Task queue backlog
Task queue backlog
A backlogged task queue can prevent tasks from completing and put the cluster into an unhealthy state. Resource constraints, a large number of tasks being triggered at once, and long running tasks can all contribute to a backlogged task queue.
Diagnose a task queue backlog
Check the thread pool status
A depleted thread pool can result in rejected requests.
Thread pool depletion might be restricted to a specific data tier. If hot spotting is occuring, one node might experience depletion faster than other nodes, leading to performance issues and a growing task backlog.
You can use the cat thread pool API to see the number of active threads in each thread pool and how many tasks are queued, how many have been rejected, and how many have completed.
resp = client.cat.thread_pool(
v=True,
s="t,n",
h="type,name,node_name,active,queue,rejected,completed",
)
print(resp)
response = client.cat.thread_pool(
v: true,
s: 't,n',
h: 'type,name,node_name,active,queue,rejected,completed'
)
puts response
const response = await client.cat.threadPool({
v: "true",
s: "t,n",
h: "type,name,node_name,active,queue,rejected,completed",
});
console.log(response);
GET /_cat/thread_pool?v&s=t,n&h=type,name,node_name,active,queue,rejected,completed
The active
and queue
statistics are instantaneous while the rejected
and completed
statistics are cumulative from node startup.
Inspect the hot threads on each node
If a particular thread pool queue is backed up, you can periodically poll the Nodes hot threads API to determine if the thread has sufficient resources to progress and gauge how quickly it is progressing.
resp = client.nodes.hot_threads()
print(resp)
response = client.nodes.hot_threads
puts response
const response = await client.nodes.hotThreads();
console.log(response);
GET /_nodes/hot_threads
Look for long running node tasks
Long-running tasks can also cause a backlog. You can use the task management API to get information about the node tasks that are running. Check the running_time_in_nanos
to identify tasks that are taking an excessive amount of time to complete.
resp = client.tasks.list(
pretty=True,
human=True,
detailed=True,
)
print(resp)
const response = await client.tasks.list({
pretty: "true",
human: "true",
detailed: "true",
});
console.log(response);
GET /_tasks?pretty=true&human=true&detailed=true
If a particular action
is suspected, you can filter the tasks further. The most common long-running tasks are bulk index- or search-related.
Filter for bulk index actions:
resp = client.tasks.list(
human=True,
detailed=True,
actions="indices:data/write/bulk",
)
print(resp)
const response = await client.tasks.list({
human: "true",
detailed: "true",
actions: "indices:data/write/bulk",
});
console.log(response);
GET /_tasks?human&detailed&actions=indices:data/write/bulk
Filter for search actions:
resp = client.tasks.list(
human=True,
detailed=True,
actions="indices:data/write/search",
)
print(resp)
const response = await client.tasks.list({
human: "true",
detailed: "true",
actions: "indices:data/write/search",
});
console.log(response);
GET /_tasks?human&detailed&actions=indices:data/write/search
The API response may contain additional tasks columns, including description
and header
, which provides the task parameters, target, and requestor. You can use this information to perform further diagnosis.

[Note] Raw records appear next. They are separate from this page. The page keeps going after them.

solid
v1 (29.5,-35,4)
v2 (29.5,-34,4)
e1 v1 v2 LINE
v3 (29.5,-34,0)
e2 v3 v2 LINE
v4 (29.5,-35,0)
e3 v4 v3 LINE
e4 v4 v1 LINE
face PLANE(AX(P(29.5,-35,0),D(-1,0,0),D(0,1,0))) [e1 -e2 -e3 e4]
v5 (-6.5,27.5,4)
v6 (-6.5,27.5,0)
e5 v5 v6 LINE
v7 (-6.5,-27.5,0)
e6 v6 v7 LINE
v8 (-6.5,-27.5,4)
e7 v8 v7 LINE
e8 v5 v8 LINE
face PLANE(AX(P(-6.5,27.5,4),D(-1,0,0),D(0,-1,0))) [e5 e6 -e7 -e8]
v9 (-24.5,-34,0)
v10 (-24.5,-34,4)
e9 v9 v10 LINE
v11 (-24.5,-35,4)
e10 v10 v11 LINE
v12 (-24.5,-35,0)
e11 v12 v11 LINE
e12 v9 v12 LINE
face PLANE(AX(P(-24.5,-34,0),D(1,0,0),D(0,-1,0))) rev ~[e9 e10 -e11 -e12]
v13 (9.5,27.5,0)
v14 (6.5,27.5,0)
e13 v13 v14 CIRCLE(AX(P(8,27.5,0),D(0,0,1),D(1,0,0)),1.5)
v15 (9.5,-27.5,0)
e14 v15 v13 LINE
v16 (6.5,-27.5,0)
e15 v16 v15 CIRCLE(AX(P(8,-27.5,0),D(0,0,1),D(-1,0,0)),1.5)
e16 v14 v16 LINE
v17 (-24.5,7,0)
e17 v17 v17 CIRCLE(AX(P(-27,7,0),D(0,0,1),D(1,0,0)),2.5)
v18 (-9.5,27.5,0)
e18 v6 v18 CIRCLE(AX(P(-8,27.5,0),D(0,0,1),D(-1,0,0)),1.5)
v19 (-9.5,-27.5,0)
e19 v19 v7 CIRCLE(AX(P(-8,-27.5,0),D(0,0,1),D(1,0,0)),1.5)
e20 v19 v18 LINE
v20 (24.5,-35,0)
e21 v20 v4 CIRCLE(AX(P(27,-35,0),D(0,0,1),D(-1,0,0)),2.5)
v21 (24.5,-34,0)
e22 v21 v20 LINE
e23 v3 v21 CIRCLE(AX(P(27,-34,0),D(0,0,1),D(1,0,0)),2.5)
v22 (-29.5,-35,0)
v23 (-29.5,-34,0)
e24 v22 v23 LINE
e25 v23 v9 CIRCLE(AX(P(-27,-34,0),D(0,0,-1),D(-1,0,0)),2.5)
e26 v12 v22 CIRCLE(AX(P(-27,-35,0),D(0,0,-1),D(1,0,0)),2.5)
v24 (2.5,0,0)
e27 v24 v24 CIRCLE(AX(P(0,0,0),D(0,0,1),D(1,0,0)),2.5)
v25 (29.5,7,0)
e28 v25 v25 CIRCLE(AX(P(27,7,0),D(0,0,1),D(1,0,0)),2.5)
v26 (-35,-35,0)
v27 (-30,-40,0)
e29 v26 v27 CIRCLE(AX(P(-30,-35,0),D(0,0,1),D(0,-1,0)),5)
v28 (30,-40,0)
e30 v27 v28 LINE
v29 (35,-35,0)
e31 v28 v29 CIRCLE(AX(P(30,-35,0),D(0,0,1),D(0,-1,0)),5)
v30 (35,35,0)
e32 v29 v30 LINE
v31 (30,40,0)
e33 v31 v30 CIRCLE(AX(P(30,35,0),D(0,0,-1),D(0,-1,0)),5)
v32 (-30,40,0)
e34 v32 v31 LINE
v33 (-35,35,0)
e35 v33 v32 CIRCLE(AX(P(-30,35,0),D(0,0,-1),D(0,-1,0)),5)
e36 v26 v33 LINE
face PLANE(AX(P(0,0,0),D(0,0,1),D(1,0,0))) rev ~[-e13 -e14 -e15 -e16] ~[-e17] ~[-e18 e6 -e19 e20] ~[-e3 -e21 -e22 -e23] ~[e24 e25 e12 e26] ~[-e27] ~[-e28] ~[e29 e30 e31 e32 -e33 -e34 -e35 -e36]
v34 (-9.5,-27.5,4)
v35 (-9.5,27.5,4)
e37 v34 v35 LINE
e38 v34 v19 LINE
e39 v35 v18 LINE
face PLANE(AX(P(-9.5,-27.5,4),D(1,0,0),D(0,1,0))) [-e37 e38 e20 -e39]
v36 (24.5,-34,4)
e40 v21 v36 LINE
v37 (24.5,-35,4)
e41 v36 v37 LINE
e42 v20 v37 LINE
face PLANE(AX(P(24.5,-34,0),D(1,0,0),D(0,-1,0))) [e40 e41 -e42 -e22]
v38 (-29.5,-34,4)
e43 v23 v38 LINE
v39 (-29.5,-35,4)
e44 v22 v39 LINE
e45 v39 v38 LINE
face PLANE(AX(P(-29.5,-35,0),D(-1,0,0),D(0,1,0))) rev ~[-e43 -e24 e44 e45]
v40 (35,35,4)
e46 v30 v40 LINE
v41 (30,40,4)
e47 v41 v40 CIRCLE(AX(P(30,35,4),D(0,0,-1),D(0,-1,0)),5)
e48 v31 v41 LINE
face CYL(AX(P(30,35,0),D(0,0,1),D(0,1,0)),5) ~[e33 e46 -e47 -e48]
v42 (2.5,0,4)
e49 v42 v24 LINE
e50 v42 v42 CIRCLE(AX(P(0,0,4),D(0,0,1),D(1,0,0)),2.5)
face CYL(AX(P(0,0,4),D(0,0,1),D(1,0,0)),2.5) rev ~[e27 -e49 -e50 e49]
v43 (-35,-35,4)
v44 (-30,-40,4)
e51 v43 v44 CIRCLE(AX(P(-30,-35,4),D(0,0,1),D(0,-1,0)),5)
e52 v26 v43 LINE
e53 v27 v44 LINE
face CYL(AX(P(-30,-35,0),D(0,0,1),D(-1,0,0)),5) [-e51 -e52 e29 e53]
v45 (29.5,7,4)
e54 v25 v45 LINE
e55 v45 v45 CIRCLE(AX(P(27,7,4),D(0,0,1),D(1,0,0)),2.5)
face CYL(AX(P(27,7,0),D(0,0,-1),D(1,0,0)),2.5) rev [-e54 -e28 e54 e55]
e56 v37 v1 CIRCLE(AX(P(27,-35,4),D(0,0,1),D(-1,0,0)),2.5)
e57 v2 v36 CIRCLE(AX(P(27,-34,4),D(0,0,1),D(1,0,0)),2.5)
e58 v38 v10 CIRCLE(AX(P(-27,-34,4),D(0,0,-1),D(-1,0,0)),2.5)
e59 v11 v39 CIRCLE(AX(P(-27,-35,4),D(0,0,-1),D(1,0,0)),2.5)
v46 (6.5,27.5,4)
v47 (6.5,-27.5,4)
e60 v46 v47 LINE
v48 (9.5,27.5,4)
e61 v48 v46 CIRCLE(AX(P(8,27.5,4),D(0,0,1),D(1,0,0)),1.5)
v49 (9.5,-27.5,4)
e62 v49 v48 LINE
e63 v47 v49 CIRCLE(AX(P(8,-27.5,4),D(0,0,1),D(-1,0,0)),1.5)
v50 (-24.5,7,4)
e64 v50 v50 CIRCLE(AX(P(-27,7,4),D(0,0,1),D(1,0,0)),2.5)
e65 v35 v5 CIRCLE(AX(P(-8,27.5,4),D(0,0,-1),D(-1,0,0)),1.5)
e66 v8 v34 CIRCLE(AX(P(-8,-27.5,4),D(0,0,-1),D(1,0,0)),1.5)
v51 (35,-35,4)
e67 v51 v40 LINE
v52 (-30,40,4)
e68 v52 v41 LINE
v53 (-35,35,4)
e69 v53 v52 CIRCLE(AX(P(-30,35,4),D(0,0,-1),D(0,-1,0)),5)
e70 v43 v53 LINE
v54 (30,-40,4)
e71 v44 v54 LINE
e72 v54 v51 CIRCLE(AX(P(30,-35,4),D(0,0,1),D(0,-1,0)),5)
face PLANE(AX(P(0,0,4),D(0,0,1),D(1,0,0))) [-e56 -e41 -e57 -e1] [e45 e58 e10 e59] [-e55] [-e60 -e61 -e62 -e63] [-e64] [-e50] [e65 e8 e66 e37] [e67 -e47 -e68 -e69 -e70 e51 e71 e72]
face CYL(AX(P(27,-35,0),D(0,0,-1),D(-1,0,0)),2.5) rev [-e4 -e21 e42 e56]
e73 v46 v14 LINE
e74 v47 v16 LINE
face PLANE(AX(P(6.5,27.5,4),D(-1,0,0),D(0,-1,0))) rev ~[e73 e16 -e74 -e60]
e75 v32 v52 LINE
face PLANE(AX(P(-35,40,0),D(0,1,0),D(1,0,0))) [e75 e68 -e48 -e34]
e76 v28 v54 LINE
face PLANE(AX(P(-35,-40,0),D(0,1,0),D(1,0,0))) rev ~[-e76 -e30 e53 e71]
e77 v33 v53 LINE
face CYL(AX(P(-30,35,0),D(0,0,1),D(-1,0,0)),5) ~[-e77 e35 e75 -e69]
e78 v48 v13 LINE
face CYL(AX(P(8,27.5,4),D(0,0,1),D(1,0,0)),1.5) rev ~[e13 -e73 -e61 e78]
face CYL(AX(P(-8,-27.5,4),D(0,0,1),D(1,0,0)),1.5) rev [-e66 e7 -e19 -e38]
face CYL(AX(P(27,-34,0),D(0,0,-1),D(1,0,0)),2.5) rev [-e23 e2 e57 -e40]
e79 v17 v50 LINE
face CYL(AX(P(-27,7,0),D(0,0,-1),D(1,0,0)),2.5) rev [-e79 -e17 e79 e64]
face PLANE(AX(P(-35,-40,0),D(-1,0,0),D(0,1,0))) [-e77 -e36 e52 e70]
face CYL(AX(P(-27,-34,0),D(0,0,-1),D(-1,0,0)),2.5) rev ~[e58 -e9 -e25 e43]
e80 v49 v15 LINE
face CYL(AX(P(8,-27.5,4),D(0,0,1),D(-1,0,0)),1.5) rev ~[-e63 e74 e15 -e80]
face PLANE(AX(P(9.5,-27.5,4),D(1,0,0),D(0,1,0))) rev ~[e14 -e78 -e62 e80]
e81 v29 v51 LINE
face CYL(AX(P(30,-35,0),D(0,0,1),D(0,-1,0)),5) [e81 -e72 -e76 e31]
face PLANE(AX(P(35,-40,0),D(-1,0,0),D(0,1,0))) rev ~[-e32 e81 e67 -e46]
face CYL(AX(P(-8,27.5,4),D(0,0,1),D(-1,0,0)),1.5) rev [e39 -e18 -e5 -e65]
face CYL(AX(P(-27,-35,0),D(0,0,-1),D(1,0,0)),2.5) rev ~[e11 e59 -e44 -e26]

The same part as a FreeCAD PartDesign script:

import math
import FreeCAD as App
import Part
import Sketcher
Q = App.Units.Quantity


def edges_at(feature, points):
    """Names of the edges that pass closest to the given points."""
    edges = feature.Shape.Edges
    near = lambda p: min(range(len(edges)), key=lambda i: edges[i].distToShape(Part.Vertex(*p))[0])
    return sorted({f"Edge{near(p) + 1}" for p in points})

doc = App.newDocument("Part")
body = doc.addObject("PartDesign::Body", "Body")

# Sketch on XY plane
sketch1 = body.newObject("Sketcher::SketchObject", "Sketch")
sketch1.AttachmentSupport = (doc.getObject("XY_Plane"), [""])
sketch1.MapMode = "FlatFace"
sketch1.addGeometry([
    Part.LineSegment(App.Vector(-35, 40, 0), App.Vector(-35, -40, 0)),  # 0
    Part.LineSegment(App.Vector(-35, -40, 0), App.Vector(35, -40, 0)),  # 1
    Part.LineSegment(App.Vector(35, -40, 0), App.Vector(35, 40, 0)),  # 2
    Part.LineSegment(App.Vector(35, 40, 0), App.Vector(-35, 40, 0)),  # 3
    Part.ArcOfCircle(Part.Circle(App.Vector(-27, -34, 0), App.Vector(0, 0, 1), 2.5), math.radians(0), math.radians(180)),  # 4
    Part.LineSegment(App.Vector(-24.5, -34, 0), App.Vector(-24.5, -35, 0)),  # 5
    Part.ArcOfCircle(Part.Circle(App.Vector(-27, -35, 0), App.Vector(0, 0, 1), 2.5), math.radians(180), math.radians(360)),  # 6
    Part.LineSegment(App.Vector(-29.5, -35, 0), App.Vector(-29.5, -34, 0)),  # 7
    Part.LineSegment(App.Vector(24.5, -35, 0), App.Vector(24.5, -34, 0)),  # 8
    Part.ArcOfCircle(Part.Circle(App.Vector(27, -34, 0), App.Vector(0, 0, 1), 2.5), math.radians(0), math.radians(180)),  # 9
    Part.LineSegment(App.Vector(29.5, -34, 0), App.Vector(29.5, -35, 0)),  # 10
    Part.ArcOfCircle(Part.Circle(App.Vector(27, -35, 0), App.Vector(0, 0, 1), 2.5), math.radians(180), math.radians(360)),  # 11
    Part.Circle(App.Vector(-27, 7, 0), App.Vector(0, 0, 1), 2.5),  # 12
    Part.Circle(App.Vector(27, 7, 0), App.Vector(0, 0, 1), 2.5),  # 13
], False)
sketch1.addConstraint([
    Sketcher.Constraint("Coincident", 0, 2, 1, 1),
    Sketcher.Constraint("Coincident", 1, 2, 2, 1),
    Sketcher.Constraint("Coincident", 2, 2, 3, 1),
    Sketcher.Constraint("Coincident", 3, 2, 0, 1),
    Sketcher.Constraint("Tangent", 4, 1, 5, 1),
    Sketcher.Constraint("Tangent", 5, 2, 6, 2),
    Sketcher.Constraint("Tangent", 6, 1, 7, 1),
    Sketcher.Constraint("Tangent", 7, 2, 4, 2),
    Sketcher.Constraint("Tangent", 8, 2, 9, 2),
    Sketcher.Constraint("Tangent", 9, 1, 10, 1),
    Sketcher.Constraint("Tangent", 10, 2, 11, 2),
    Sketcher.Constraint("Tangent", 11, 1, 8, 1),
    Sketcher.Constraint("Vertical", 0),
    Sketcher.Constraint("Horizontal", 1),
    Sketcher.Constraint("Vertical", 2),
    Sketcher.Constraint("Horizontal", 3),
    Sketcher.Constraint("Vertical", 5),
    Sketcher.Constraint("Vertical", 7),
    Sketcher.Constraint("Vertical", 8),
    Sketcher.Constraint("Vertical", 10),
    Sketcher.Constraint("Equal", 6, 9),
    Sketcher.Constraint("Equal", 11, 12),
    Sketcher.Constraint("Equal", 12, 13),
    Sketcher.Constraint("Symmetric", 0, 2, 2, 2, -1, 1),
    Sketcher.Constraint("Symmetric", 4, 3, 9, 3, -2),
    Sketcher.Constraint("Symmetric", 12, 3, 13, 3, -2),
    Sketcher.Constraint("Horizontal", 6, 3, 11, 3),
    Sketcher.Constraint("Vertical", 6, 3, 12, 3),
    Sketcher.Constraint("Diameter", 12, Q("5 mm")),
    Sketcher.Constraint("DistanceX", 1, 1, 1, 2, Q("70 mm")),
    Sketcher.Constraint("DistanceY", 0, 2, 0, 1, Q("80 mm")),
    Sketcher.Constraint("DistanceY", 5, 2, 5, 1, Q("1 mm")),
    Sketcher.Constraint("DistanceX", 4, 3, -1, 1, Q("27 mm")),
    Sketcher.Constraint("DistanceY", 4, 3, -1, 1, Q("34 mm")),
    Sketcher.Constraint("DistanceY", -1, 1, 12, 3, Q("7 mm")),
])
pad1 = body.newObject("PartDesign::Pad", "Pad")
pad1.Profile = sketch1
pad1.Length = 4
doc.recompute()

fillet = body.newObject("PartDesign::Fillet", "Fillet")
fillet.Base = (pad1, edges_at(pad1, [
    (35, -40, 2),
    (-35, -40, 2),
    (-35, 40, 2),
    (35, 40, 2),
]))
fillet.Radius = 5

# Sketch on XY plane
sketch2 = body.newObject("Sketcher::SketchObject", "Sketch001")
sketch2.AttachmentSupport = (doc.getObject("XY_Plane"), [""])
sketch2.MapMode = "FlatFace"
sketch2.AttachmentOffset = App.Placement(App.Vector(0, 0, 4), App.Rotation())
sketch2.addGeometry([
    Part.Circle(App.Vector(0, 0, 0), App.Vector(0, 0, 1), 2.5),  # 0
    Part.LineSegment(App.Vector(-6.5, -27.5, 0), App.Vector(-6.5, 27.5, 0)),  # 1
    Part.ArcOfCircle(Part.Circle(App.Vector(-8, 27.5, 0), App.Vector(0, 0, 1), 1.5), math.radians(0), math.radians(180)),  # 2
    Part.LineSegment(App.Vector(-9.5, 27.5, 0), App.Vector(-9.5, -27.5, 0)),  # 3
    Part.ArcOfCircle(Part.Circle(App.Vector(-8, -27.5, 0), App.Vector(0, 0, 1), 1.5), math.radians(180), math.radians(360)),  # 4
    Part.LineSegment(App.Vector(6.5, 27.5, 0), App.Vector(6.5, -27.5, 0)),  # 5
    Part.ArcOfCircle(Part.Circle(App.Vector(8, -27.5, 0), App.Vector(0, 0, 1), 1.5), math.radians(180), math.radians(360)),  # 6
    Part.LineSegment(App.Vector(9.5, -27.5, 0), App.Vector(9.5, 27.5, 0)),  # 7
    Part.ArcOfCircle(Part.Circle(App.Vector(8, 27.5, 0), App.Vector(0, 0, 1), 1.5), math.radians(0), math.radians(180)),  # 8
], False)
sketch2.addConstraint([
    Sketcher.Constraint("Tangent", 1, 2, 2, 1),
    Sketcher.Constraint("Tangent", 2, 2, 3, 1),
    Sketcher.Constraint("Tangent", 3, 2, 4, 1),
    Sketcher.Constraint("Tangent", 4, 2, 1, 1),
    Sketcher.Constraint("Tangent", 5, 2, 6, 1),
    Sketcher.Constraint("Tangent", 6, 2, 7, 1),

Look for long running cluster tasks
A task backlog might also appear as a delay in synchronizing the cluster state. You can use the cluster pending tasks API to get information about the pending cluster state sync tasks that are running.
resp = client.cluster.pending_tasks()
print(resp)
const response = await client.cluster.pendingTasks();
console.log(response);
GET /_cluster/pending_tasks
Check the timeInQueue
to identify tasks that are taking an excessive amount of time to complete.
Resolve a task queue backlog
Increase available resources
If tasks are progressing slowly and the queue is backing up, you might need to take steps to Reduce CPU usage.
In some cases, increasing the thread pool size might help. For example, the force_merge
thread pool defaults to a single thread. Increasing the size to 2 might help reduce a backlog of force merge requests.
Cancel stuck tasks
If you find the active task’s hot thread isn’t progressing and there’s a backlog, consider canceling the task.